Todd is a business associate of his older brother Bill Lanier (Jack Hedley). They are building developers who plan to transform and renovate the old Whitlock estate. Without their knowledge, their business partner Myles Forrester (Barry Linehan) instructs his workers to bulldoze over headstones and graves in the old Whitlock Cemetery, enraging Morgan Whitlock. From an exhumed grave emerges Vanessa Whitlock, still alive after three centuries. The Whitlocks still practice the old religion, and Morgan leads a coven that soon embraces Vanessa's return. Using her hex powers, they caused the mysterious deaths of Myles Forrester, as well as Bill and Todd's aunt, Helen (Viola Keats). Morgan is arrested as a suspect in the Forrester case, and the Laniers take Amy in while her uncle is in custody. More incidents nearly take the life of Bill, Todd and their grandmother Malvina (Marie Ney).

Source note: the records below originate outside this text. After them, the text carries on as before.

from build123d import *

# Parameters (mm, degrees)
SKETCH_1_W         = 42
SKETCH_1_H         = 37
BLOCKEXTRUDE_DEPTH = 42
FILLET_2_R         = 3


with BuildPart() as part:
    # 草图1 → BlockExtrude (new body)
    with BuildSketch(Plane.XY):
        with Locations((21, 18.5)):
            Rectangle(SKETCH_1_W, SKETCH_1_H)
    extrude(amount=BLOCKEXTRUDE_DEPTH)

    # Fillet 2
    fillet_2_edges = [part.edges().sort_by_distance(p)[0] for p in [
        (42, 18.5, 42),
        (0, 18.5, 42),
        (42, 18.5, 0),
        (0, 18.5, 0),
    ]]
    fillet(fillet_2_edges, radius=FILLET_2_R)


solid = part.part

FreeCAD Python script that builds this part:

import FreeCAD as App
import Part
import Sketcher

V = App.Vector
Q = App.Units.Quantity


def edges_at(feature, points):
    """Names of the edges that pass closest to the given points."""
    edges = feature.Shape.Edges
    near = lambda p: min(range(len(edges)), key=lambda i: edges[i].distToShape(Part.Vertex(*p))[0])
    return sorted({f"Edge{near(p) + 1}" for p in points})

doc = App.newDocument("Part")
body = doc.addObject("PartDesign::Body", "Body")

sketch1 = body.newObject("Sketcher::SketchObject", "Sketch")
sketch1.AttachmentSupport = (doc.getObject("XY_Plane"), [""])
sketch1.MapMode = "FlatFace"
sketch1.addGeometry([
    Part.LineSegment(V(0, 37, 0), V(0, 0, 0)),
    Part.LineSegment(V(0, 0, 0), V(42, 0, 0)),
    Part.LineSegment(V(42, 0, 0), V(42, 37, 0)),
    Part.LineSegment(V(42, 37, 0), V(0, 37, 0)),
], False)
sketch1.addConstraint([
    Sketcher.Constraint("Coincident", 0, 2, 1, 1),
    Sketcher.Constraint("Coincident", 1, 2, 2, 1),
    Sketcher.Constraint("Coincident", 2, 2, 3, 1),
    Sketcher.Constraint("Coincident", 3, 2, 0, 1),
    Sketcher.Constraint("Vertical", 0),
    Sketcher.Constraint("Horizontal", 1),
    Sketcher.Constraint("Vertical", 2),
    Sketcher.Constraint("Horizontal", 3),
    Sketcher.Constraint("Coincident", 0, 2, -1, 1),
    Sketcher.Constraint("DistanceX", 1, 1, 1, 2, Q("42 mm")),
    Sketcher.Constraint("DistanceY", 0, 2, 0, 1, Q("37 mm")),
])
pad1 = body.newObject("PartDesign::Pad", "Pad")
pad1.Profile = sketch1
pad1.Length = 42
doc.recompute()

fillet = body.newObject("PartDesign::Fillet", "Fillet")
fillet.Base = (pad1, edges_at(pad1, [
    (42, 18.5, 42),
    (0, 18.5, 42),
    (42, 18.5, 0),
    (0, 18.5, 0),
]))
fillet.Radius = 3

doc.recompute()
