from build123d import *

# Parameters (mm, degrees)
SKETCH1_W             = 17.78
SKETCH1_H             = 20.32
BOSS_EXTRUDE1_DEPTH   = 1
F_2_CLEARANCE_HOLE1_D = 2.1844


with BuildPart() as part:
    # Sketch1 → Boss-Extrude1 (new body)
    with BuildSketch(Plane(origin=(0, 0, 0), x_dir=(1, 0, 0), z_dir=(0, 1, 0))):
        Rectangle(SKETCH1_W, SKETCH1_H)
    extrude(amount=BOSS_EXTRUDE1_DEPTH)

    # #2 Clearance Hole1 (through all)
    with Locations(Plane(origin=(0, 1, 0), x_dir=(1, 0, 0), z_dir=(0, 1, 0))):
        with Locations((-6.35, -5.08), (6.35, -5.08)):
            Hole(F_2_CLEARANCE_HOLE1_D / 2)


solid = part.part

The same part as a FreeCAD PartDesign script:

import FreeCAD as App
import Part
import Sketcher

V = App.Vector
Q = App.Units.Quantity

doc = App.newDocument("Part")
params = doc.addObject("Spreadsheet::Sheet", "Params")
for row, (alias, value) in enumerate([
    ("sketch1_width", "0.7 in"),
    ("sketch1_height", "0.8 in"),
    ("pad1_length", "1 mm"),
    ("sketch2_diameter", "0.086 in"),
    ("hole_diameter", "0.086 in"),
], start=1):
    params.set(f"A{row}", alias)
    params.set(f"B{row}", "=" + value)
    params.setAlias(f"B{row}", alias)

body = doc.addObject("PartDesign::Body", "Body")

# Sketch on XZ plane
sketch1 = doc.addObject("Sketcher::SketchObject", "Sketch")
body.addObject(sketch1)
sketch1.AttachmentSupport = (doc.XZ_Plane, [""])
sketch1.MapMode = "FlatFace"
sketch1.addGeometry(Part.LineSegment(V(-9, -10, 0), V(-9, 10, 0)), False)
sketch1.addGeometry(Part.LineSegment(V(-9, 10, 0), V(9, 10, 0)), False)
sketch1.addGeometry(Part.LineSegment(V(9, 10, 0), V(9, -10, 0)), False)
sketch1.addGeometry(Part.LineSegment(V(9, -10, 0), V(-9, -10, 0)), False)
sketch1.addConstraint(Sketcher.Constraint("Coincident", 0, 2, 1, 1))
sketch1.addConstraint(Sketcher.Constraint("Coincident", 1, 2, 2, 1))
sketch1.addConstraint(Sketcher.Constraint("Coincident", 2, 2, 3, 1))
sketch1.addConstraint(Sketcher.Constraint("Coincident", 3, 2, 0, 1))
sketch1.addConstraint(Sketcher.Constraint("Vertical", 0))
sketch1.addConstraint(Sketcher.Constraint("Horizontal", 1))
sketch1.addConstraint(Sketcher.Constraint("Vertical", 2))
sketch1.addConstraint(Sketcher.Constraint("Horizontal", 3))
sketch1.addConstraint(Sketcher.Constraint("Symmetric", 0, 2, 2, 2, -1, 1))
sketch1.addConstraint(Sketcher.Constraint("DistanceX", 1, 1, 1, 2, Q("0.7 in")))
sketch1.addConstraint(Sketcher.Constraint("DistanceY", 0, 1, 0, 2, Q("0.8 in")))
sketch1.setExpression("Constraints[9]", "Params.sketch1_width")
sketch1.setExpression("Constraints[10]", "Params.sketch1_height")
pad1 = doc.addObject("PartDesign::Pad", "Pad")
body.addObject(pad1)
pad1.Profile = sketch1
pad1.setExpression("Length", "Params.pad1_length")
pad1.Reversed = True

# Sketch on XZ plane
sketch2 = doc.addObject("Sketcher::SketchObject", "Sketch001")
body.addObject(sketch2)
sketch2.AttachmentSupport = (doc.XZ_Plane, [""])
sketch2.MapMode = "FlatFace"
sketch2.AttachmentOffset = App.Placement(V(0, 0, -1), App.Rotation())
sketch2.addGeometry(Part.Circle(V(-6.3, 5.1, 0), V(0, 0, 1), 1.1), False)
sketch2.addGeometry(Part.Circle(V(6.3, 5.1, 0), V(0, 0, 1), 1.1), False)
sketch2.addConstraint(Sketcher.Constraint("Equal", 0, 1))
sketch2.addConstraint(Sketcher.Constraint("Symmetric", 0, 3, 1, 3, -2))
sketch2.addConstraint(Sketcher.Constraint("Diameter", 0, Q("0.086 in")))
sketch2.addConstraint(Sketcher.Constraint("DistanceY", -1, 1, 0, 3, Q("0.2 in")))
sketch2.addConstraint(Sketcher.Constraint("DistanceX", 0, 3, 1, 3, Q("0.5 in")))
sketch2.setExpression("Constraints[2]", "Params.sketch2_diameter")
doc.recompute()
hole = doc.addObject("PartDesign::Hole", "Hole")
body.addObject(hole)
hole.Profile = sketch2
hole.ThreadType = "None"
hole.setExpression("Diameter", "Params.hole_diameter")
hole.DepthType = "ThroughAll"
hole.Reversed = True

doc.recompute()
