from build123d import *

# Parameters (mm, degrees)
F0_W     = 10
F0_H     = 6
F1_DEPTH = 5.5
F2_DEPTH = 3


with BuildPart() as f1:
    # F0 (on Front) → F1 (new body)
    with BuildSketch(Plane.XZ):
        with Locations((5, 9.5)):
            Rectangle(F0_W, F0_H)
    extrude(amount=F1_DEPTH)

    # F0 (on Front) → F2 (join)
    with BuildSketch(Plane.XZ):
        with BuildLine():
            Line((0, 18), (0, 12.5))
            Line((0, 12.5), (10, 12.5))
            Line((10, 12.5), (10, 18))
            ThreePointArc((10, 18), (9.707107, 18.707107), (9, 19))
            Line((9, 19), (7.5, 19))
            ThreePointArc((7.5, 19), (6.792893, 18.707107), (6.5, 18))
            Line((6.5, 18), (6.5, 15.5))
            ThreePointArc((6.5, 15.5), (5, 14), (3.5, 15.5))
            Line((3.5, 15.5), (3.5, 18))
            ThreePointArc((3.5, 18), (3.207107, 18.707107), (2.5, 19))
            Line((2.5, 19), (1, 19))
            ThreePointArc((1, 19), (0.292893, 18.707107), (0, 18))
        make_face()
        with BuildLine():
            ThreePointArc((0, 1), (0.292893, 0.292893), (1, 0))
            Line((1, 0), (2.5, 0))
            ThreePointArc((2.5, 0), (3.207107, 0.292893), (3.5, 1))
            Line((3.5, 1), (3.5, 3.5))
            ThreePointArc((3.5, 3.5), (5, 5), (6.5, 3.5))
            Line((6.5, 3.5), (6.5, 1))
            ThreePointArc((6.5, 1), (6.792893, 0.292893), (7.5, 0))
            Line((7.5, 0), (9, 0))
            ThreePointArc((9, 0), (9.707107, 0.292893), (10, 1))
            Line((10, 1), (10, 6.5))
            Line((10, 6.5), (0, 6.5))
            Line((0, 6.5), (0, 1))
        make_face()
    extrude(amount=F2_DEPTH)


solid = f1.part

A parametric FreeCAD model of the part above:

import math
import FreeCAD as App
import Part
import Sketcher

doc = App.newDocument("Part")
body = doc.addObject("PartDesign::Body", "Body")

sketch1 = body.newObject("Sketcher::SketchObject", "Sketch")
sketch1.AttachmentSupport = (doc.getObject("XZ_Plane"), [""])
sketch1.MapMode = "FlatFace"
sketch1.addGeometry([
    Part.LineSegment(App.Vector(0, 12, 0), App.Vector(0, 6, 0)),
    Part.LineSegment(App.Vector(0, 6, 0), App.Vector(10, 6, 0)),
    Part.LineSegment(App.Vector(10, 6, 0), App.Vector(10, 12, 0)),
    Part.LineSegment(App.Vector(10, 12, 0), App.Vector(0, 12, 0)),
], False)
sketch1.addConstraint([
    Sketcher.Constraint("Coincident", 0, 2, 1, 1),
    Sketcher.Constraint("Coincident", 1, 2, 2, 1),
    Sketcher.Constraint("Coincident", 2, 2, 3, 1),
    Sketcher.Constraint("Coincident", 3, 2, 0, 1),
    Sketcher.Constraint("Vertical", 0),
    Sketcher.Constraint("Horizontal", 1),
    Sketcher.Constraint("Vertical", 2),
    Sketcher.Constraint("Horizontal", 3),
    Sketcher.Constraint("PointOnObject", 0, 2, -2),
    Sketcher.Constraint("DistanceX", 1, 1, 1, 2, 10.0),
    Sketcher.Constraint("DistanceY", 0, 2, 0, 1, 6.0),
    Sketcher.Constraint("DistanceY", -1, 1, 0, 2, 6.5),
])
pad1 = body.newObject("PartDesign::Pad", "Pad")
pad1.Profile = sketch1
pad1.Length = 5.5

sketch2 = body.newObject("Sketcher::SketchObject", "Sketch001")
sketch2.AttachmentSupport = (doc.getObject("XZ_Plane"), [""])
sketch2.MapMode = "FlatFace"
sketch2.addGeometry([
    Part.LineSegment(App.Vector(0, 18, 0), App.Vector(0, 12.5, 0)),
    Part.LineSegment(App.Vector(0, 12.5, 0), App.Vector(10, 12.5, 0)),
    Part.LineSegment(App.Vector(10, 12.5, 0), App.Vector(10, 18, 0)),
    Part.ArcOfCircle(Part.Circle(App.Vector(9, 18, 0), App.Vector(0, 0, 1), 1), math.radians(0), math.radians(90)),
    Part.LineSegment(App.Vector(9, 19, 0), App.Vector(7.5, 19, 0)),
    Part.ArcOfCircle(Part.Circle(App.Vector(7.5, 18, 0), App.Vector(0, 0, 1), 1), math.radians(90), math.radians(180)),
    Part.LineSegment(App.Vector(6.5, 18, 0), App.Vector(6.5, 15.5, 0)),
    Part.ArcOfCircle(Part.Circle(App.Vector(5, 15.5, 0), App.Vector(0, 0, 1), 1.5), math.radians(180), math.radians(360)),
    Part.LineSegment(App.Vector(3.5, 15.5, 0), App.Vector(3.5, 18, 0)),
    Part.ArcOfCircle(Part.Circle(App.Vector(2.5, 18, 0), App.Vector(0, 0, 1), 1), math.radians(0), math.radians(90)),
    Part.LineSegment(App.Vector(2.5, 19, 0), App.Vector(1, 19, 0)),
    Part.ArcOfCircle(Part.Circle(App.Vector(1, 18, 0), App.Vector(0, 0, 1), 1), math.radians(90), math.radians(180)),
    Part.ArcOfCircle(Part.Circle(App.Vector(1, 1, 0), App.Vector(0, 0, 1), 1), math.radians(180), math.radians(270)),
    Part.LineSegment(App.Vector(1, 0, 0), App.Vector(2.5, 0, 0)),
    Part.ArcOfCircle(Part.Circle(App.Vector(2.5, 1, 0), App.Vector(0, 0, 1), 1), math.radians(-90), math.radians(0)),
    Part.LineSegment(App.Vector(3.5, 1, 0), App.Vector(3.5, 3.5, 0)),
    Part.ArcOfCircle(Part.Circle(App.Vector(5, 3.5, 0), App.Vector(0, 0, 1), 1.5), math.radians(0), math.radians(180)),
    Part.LineSegment(App.Vector(6.5, 3.5, 0), App.Vector(6.5, 1, 0)),
    Part.ArcOfCircle(Part.Circle(App.Vector(7.5, 1, 0), App.Vector(0, 0, 1), 1), math.radians(180), math.radians(270)),
    Part.LineSegment(App.Vector(7.5, 0, 0), App.Vector(9, 0, 0)),
    Part.ArcOfCircle(Part.Circle(App.Vector(9, 1, 0), App.Vector(0, 0, 1), 1), math.radians(-90), math.radians(0)),
    Part.LineSegment(App.Vector(10, 1, 0), App.Vector(10, 6.5, 0)),
    Part.LineSegment(App.Vector(10, 6.5, 0), App.Vector(0, 6.5, 0)),
    Part.LineSegment(App.Vector(0, 6.5, 0), App.Vector(0, 1, 0)),
], False)
sketch2.addConstraint([
    Sketcher.Constraint("Coincident", 0, 2, 1, 1),
    Sketcher.Constraint("Coincident", 1, 2, 2, 1),
    Sketcher.Constraint("Tangent", 2, 2, 3, 1),
    Sketcher.Constraint("Tangent", 3, 2, 4, 1),
    Sketcher.Constraint("Tangent", 4, 2, 5, 1),
    Sketcher.Constraint("Tangent", 5, 2, 6, 1),
    Sketcher.Constraint("Tangent", 6, 2, 7, 2),
    Sketcher.Constraint("Tangent", 7, 1, 8, 1),
    Sketcher.Constraint("Tangent", 8, 2, 9, 1),
    Sketcher.Constraint("Tangent", 9, 2, 10, 1),
    Sketcher.Constraint("Tangent", 10, 2, 11, 1),
    Sketcher.Constraint("Tangent", 11, 2, 0, 1),
    Sketcher.Constraint("Tangent", 12, 2, 13, 1),
    Sketcher.Constraint("Tangent", 13, 2, 14, 1),
    Sketcher.Constraint("Tangent", 14, 2, 15, 1),
    Sketcher.Constraint("Tangent", 15, 2, 16, 2),
    Sketcher.Constraint("Tangent", 16, 1, 17, 1),
    Sketcher.Constraint("Tangent", 17, 2, 18, 1),
    Sketcher.Constraint("Tangent", 18, 2, 19, 1),
    Sketcher.Constraint("Tangent", 19, 2, 20, 1),
    Sketcher.Constraint("Tangent", 20, 2, 21, 1),
    Sketcher.Constraint("Coincident", 21, 2, 22, 1),
    Sketcher.Constraint("Coincident", 22, 2, 23, 1),
    Sketcher.Constraint("Tangent", 23, 2, 12, 1),
    Sketcher.Constraint("Vertical", 0),
    Sketcher.Constraint("Horizontal", 1),
    Sketcher.Constraint("Vertical", 2),
    Sketcher.Constraint("Horizontal", 4),
    Sketcher.Constraint("Vertical", 6),
    Sketcher.Constraint("Vertical", 8),
    Sketcher.Constraint("Horizontal", 10),
    Sketcher.Constraint("Horizontal", 13),
    Sketcher.Constraint("Vertical", 15),
    Sketcher.Constraint("Vertical", 17),
    Sketcher.Constraint("Horizontal", 19),
    Sketcher.Constraint("Vertical", 21),
    Sketcher.Constraint("Horizontal", 22),
    Sketcher.Constraint("Vertical", 23),
    Sketcher.Constraint("Equal", 3, 5),
    Sketcher.Constraint("Equal", 5, 9),
    Sketcher.Constraint("Equal", 9, 11),
    Sketcher.Constraint("Equal", 11, 12),
    Sketcher.Constraint("Equal", 12, 14),
    Sketcher.Constraint("Equal", 7, 16),
    Sketcher.Constraint("Equal", 14, 18),
    Sketcher.Constraint("Equal", 18, 20),
    Sketcher.Constraint("PointOnObject", 0, 2, -2),
    Sketcher.Constraint("PointOnObject", 12, 2, -1),
    Sketcher.Constraint("PointOnObject", 18, 2, -1),
    Sketcher.Constraint("PointOnObject", 22, 2, -2),
    Sketcher.Constraint("Horizontal", 5, 3, 9, 3),
    Sketcher.Constraint("Vertical", 9, 3, 14, 3),
    Sketcher.Constraint("Vertical", 3, 3, 20, 3),
    Sketcher.Constraint("Equal", 4, 10),
    Sketcher.Constraint("Equal", 8, 15),
    Sketcher.Constraint("Equal", 2, 21),
    Sketcher.Constraint("Radius", 3, 0.999999),
    Sketcher.Constraint("Radius", 7, 1.5),
    Sketcher.Constraint("DistanceX", 1, 1, 1, 2, 10.0),
    Sketcher.Constraint("DistanceY", 0, 2, 0, 1, 5.5),
    Sketcher.Constraint("DistanceY", 6, 2, 6, 1, 2.5),
    Sketcher.Constraint("DistanceY", -1, 1, 3, 3, 18.000001),
])
pad2 = body.newObject("PartDesign::Pad", "Pad001")
pad2.Profile = sketch2
pad2.Length = 3

doc.recompute()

One night, Bill's wife Tracy (Jill Dixon) follows Amy into the Whitlock family crypt, which is located near the old Whitlock mansion, now residence of the Laniers. In a secret chamber deep inside the crypt, Tracy witnesses Amy, Morgan and the rest the coven perform magic rites which include sacrificing an infant. Tracy is captured and tied up, to be used as a human sacrifice. Looking for Tracy, Bill and Todd enter the Whitlock crypt, where they find and rescue her. Once Bill has taken Tracy back in the house, Todd goes back in the crypt to look for Amy, who was participating in the rituals with her family. When her uncle gets ready to kill Todd, Amy is pushed past her breaking point and tips over a giant brazier that sets Vanessa and the entire room on fire. Todd tries to reach Amy, but the entire crypt has turned into a raging inferno, which soon extends to the adjoining mansion. Screaming her name, he can only watch as the flames consume everything and everyone.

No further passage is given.